━━━ DATASET CONTENT ━━━

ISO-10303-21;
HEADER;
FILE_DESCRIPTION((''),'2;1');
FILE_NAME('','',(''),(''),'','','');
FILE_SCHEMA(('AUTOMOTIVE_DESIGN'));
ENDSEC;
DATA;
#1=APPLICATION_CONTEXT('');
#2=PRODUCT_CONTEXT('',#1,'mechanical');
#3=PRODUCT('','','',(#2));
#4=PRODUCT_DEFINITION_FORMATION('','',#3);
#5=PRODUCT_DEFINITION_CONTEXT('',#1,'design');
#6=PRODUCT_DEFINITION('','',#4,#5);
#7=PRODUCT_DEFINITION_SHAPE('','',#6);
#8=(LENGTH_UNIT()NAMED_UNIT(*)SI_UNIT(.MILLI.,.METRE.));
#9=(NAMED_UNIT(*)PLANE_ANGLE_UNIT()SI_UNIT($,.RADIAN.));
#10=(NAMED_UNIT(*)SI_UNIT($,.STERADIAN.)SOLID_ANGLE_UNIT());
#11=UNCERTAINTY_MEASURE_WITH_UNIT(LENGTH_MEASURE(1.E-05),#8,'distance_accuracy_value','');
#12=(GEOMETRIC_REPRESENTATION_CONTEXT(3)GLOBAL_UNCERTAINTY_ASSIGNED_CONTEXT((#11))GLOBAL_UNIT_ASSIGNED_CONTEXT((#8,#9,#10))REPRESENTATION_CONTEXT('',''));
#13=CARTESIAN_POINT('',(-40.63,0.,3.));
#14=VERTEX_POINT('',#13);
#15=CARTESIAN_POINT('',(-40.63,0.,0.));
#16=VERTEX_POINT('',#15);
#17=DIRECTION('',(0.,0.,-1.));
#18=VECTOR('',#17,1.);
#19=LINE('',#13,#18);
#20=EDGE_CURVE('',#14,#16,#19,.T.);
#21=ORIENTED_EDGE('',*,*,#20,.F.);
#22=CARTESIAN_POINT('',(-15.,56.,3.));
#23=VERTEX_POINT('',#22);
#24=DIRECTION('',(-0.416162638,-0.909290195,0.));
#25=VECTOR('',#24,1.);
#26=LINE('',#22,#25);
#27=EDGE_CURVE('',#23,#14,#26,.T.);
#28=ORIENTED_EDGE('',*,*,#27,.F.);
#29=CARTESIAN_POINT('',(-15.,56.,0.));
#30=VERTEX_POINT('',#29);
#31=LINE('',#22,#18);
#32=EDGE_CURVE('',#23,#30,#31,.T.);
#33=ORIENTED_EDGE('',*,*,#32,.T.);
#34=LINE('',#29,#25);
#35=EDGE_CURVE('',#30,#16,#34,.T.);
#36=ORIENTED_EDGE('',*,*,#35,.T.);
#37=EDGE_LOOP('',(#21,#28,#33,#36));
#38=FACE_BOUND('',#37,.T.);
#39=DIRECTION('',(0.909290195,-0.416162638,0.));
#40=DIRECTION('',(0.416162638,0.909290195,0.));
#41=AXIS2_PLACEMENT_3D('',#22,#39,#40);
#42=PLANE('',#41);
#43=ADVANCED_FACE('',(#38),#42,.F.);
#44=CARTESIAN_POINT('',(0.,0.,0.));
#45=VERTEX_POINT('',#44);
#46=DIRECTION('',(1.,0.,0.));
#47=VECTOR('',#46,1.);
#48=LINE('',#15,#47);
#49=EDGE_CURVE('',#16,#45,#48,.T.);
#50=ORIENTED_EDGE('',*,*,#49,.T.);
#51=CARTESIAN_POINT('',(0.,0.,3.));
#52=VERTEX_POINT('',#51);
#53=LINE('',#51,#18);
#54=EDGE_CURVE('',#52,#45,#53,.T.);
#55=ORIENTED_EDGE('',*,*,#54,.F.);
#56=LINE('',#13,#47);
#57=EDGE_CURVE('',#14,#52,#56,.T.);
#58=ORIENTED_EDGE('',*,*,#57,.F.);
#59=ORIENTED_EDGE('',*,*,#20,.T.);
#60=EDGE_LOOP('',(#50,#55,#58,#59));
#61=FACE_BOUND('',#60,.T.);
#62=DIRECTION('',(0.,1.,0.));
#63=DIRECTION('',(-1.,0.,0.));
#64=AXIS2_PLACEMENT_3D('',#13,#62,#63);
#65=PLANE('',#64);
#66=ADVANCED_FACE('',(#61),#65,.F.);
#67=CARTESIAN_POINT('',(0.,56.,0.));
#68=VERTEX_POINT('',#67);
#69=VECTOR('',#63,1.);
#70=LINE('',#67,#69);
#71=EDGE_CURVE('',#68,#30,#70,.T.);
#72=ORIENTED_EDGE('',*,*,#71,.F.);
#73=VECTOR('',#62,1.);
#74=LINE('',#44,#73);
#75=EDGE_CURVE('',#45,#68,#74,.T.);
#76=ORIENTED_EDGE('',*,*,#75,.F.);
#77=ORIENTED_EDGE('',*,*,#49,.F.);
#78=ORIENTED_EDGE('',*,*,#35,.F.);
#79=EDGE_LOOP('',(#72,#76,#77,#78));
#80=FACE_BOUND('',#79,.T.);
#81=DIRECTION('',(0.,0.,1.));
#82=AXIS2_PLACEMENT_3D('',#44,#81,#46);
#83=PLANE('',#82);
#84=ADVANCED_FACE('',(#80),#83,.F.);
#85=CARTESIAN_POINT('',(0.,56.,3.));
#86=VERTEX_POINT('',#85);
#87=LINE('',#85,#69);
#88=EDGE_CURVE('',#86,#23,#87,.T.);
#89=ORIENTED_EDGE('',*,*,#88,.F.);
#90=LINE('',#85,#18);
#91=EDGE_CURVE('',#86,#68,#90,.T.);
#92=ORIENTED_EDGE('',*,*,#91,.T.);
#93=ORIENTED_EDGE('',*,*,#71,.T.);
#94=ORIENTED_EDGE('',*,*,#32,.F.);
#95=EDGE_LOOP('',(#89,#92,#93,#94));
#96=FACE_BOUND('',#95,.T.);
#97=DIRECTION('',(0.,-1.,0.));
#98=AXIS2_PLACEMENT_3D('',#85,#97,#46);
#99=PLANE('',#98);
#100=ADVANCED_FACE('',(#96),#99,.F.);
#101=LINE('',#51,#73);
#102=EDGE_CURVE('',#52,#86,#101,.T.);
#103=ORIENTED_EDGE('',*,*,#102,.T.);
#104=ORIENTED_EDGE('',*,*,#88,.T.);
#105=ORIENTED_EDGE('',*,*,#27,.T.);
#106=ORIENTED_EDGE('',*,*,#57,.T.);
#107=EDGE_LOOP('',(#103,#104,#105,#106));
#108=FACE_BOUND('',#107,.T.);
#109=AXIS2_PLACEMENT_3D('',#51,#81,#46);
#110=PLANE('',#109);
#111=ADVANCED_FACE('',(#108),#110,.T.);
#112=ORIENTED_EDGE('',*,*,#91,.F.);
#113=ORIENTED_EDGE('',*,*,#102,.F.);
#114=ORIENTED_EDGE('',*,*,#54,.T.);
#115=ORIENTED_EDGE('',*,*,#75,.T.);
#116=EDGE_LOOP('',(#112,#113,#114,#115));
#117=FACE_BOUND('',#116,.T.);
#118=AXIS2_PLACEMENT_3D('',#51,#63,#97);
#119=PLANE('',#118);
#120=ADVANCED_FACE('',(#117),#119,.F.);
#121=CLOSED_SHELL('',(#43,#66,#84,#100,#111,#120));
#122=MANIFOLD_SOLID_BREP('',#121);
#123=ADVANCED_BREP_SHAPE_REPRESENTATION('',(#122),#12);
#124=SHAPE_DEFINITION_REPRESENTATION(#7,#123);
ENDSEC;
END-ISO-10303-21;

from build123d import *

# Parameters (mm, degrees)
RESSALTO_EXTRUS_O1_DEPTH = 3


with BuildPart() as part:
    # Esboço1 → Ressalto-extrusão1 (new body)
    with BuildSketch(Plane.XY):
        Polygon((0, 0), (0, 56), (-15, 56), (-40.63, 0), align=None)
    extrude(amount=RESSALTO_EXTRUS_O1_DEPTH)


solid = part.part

━━━

EXERCISE AIM -> Give back exactly the lines from the one containing "#116=EDGE_LOOP('',(#112,#113,#114,#115));" through the last line of the records.

ANSWER TO THE PROBLEM ->
#116=EDGE_LOOP('',(#112,#113,#114,#115));
#117=FACE_BOUND('',#116,.T.);
#118=AXIS2_PLACEMENT_3D('',#51,#63,#97);
#119=PLANE('',#118);
#120=ADVANCED_FACE('',(#117),#119,.F.);
#121=CLOSED_SHELL('',(#43,#66,#84,#100,#111,#120));
#122=MANIFOLD_SOLID_BREP('',#121);
#123=ADVANCED_BREP_SHAPE_REPRESENTATION('',(#122),#12);
#124=SHAPE_DEFINITION_REPRESENTATION(#7,#123);
ENDSEC;
END-ISO-10303-21;

from build123d import *

# Parameters (mm, degrees)
RESSALTO_EXTRUS_O1_DEPTH = 3


with BuildPart() as part:
    # Esboço1 → Ressalto-extrusão1 (new body)
    with BuildSketch(Plane.XY):
        Polygon((0, 0), (0, 56), (-15, 56), (-40.63, 0), align=None)
    extrude(amount=RESSALTO_EXTRUS_O1_DEPTH)


solid = part.part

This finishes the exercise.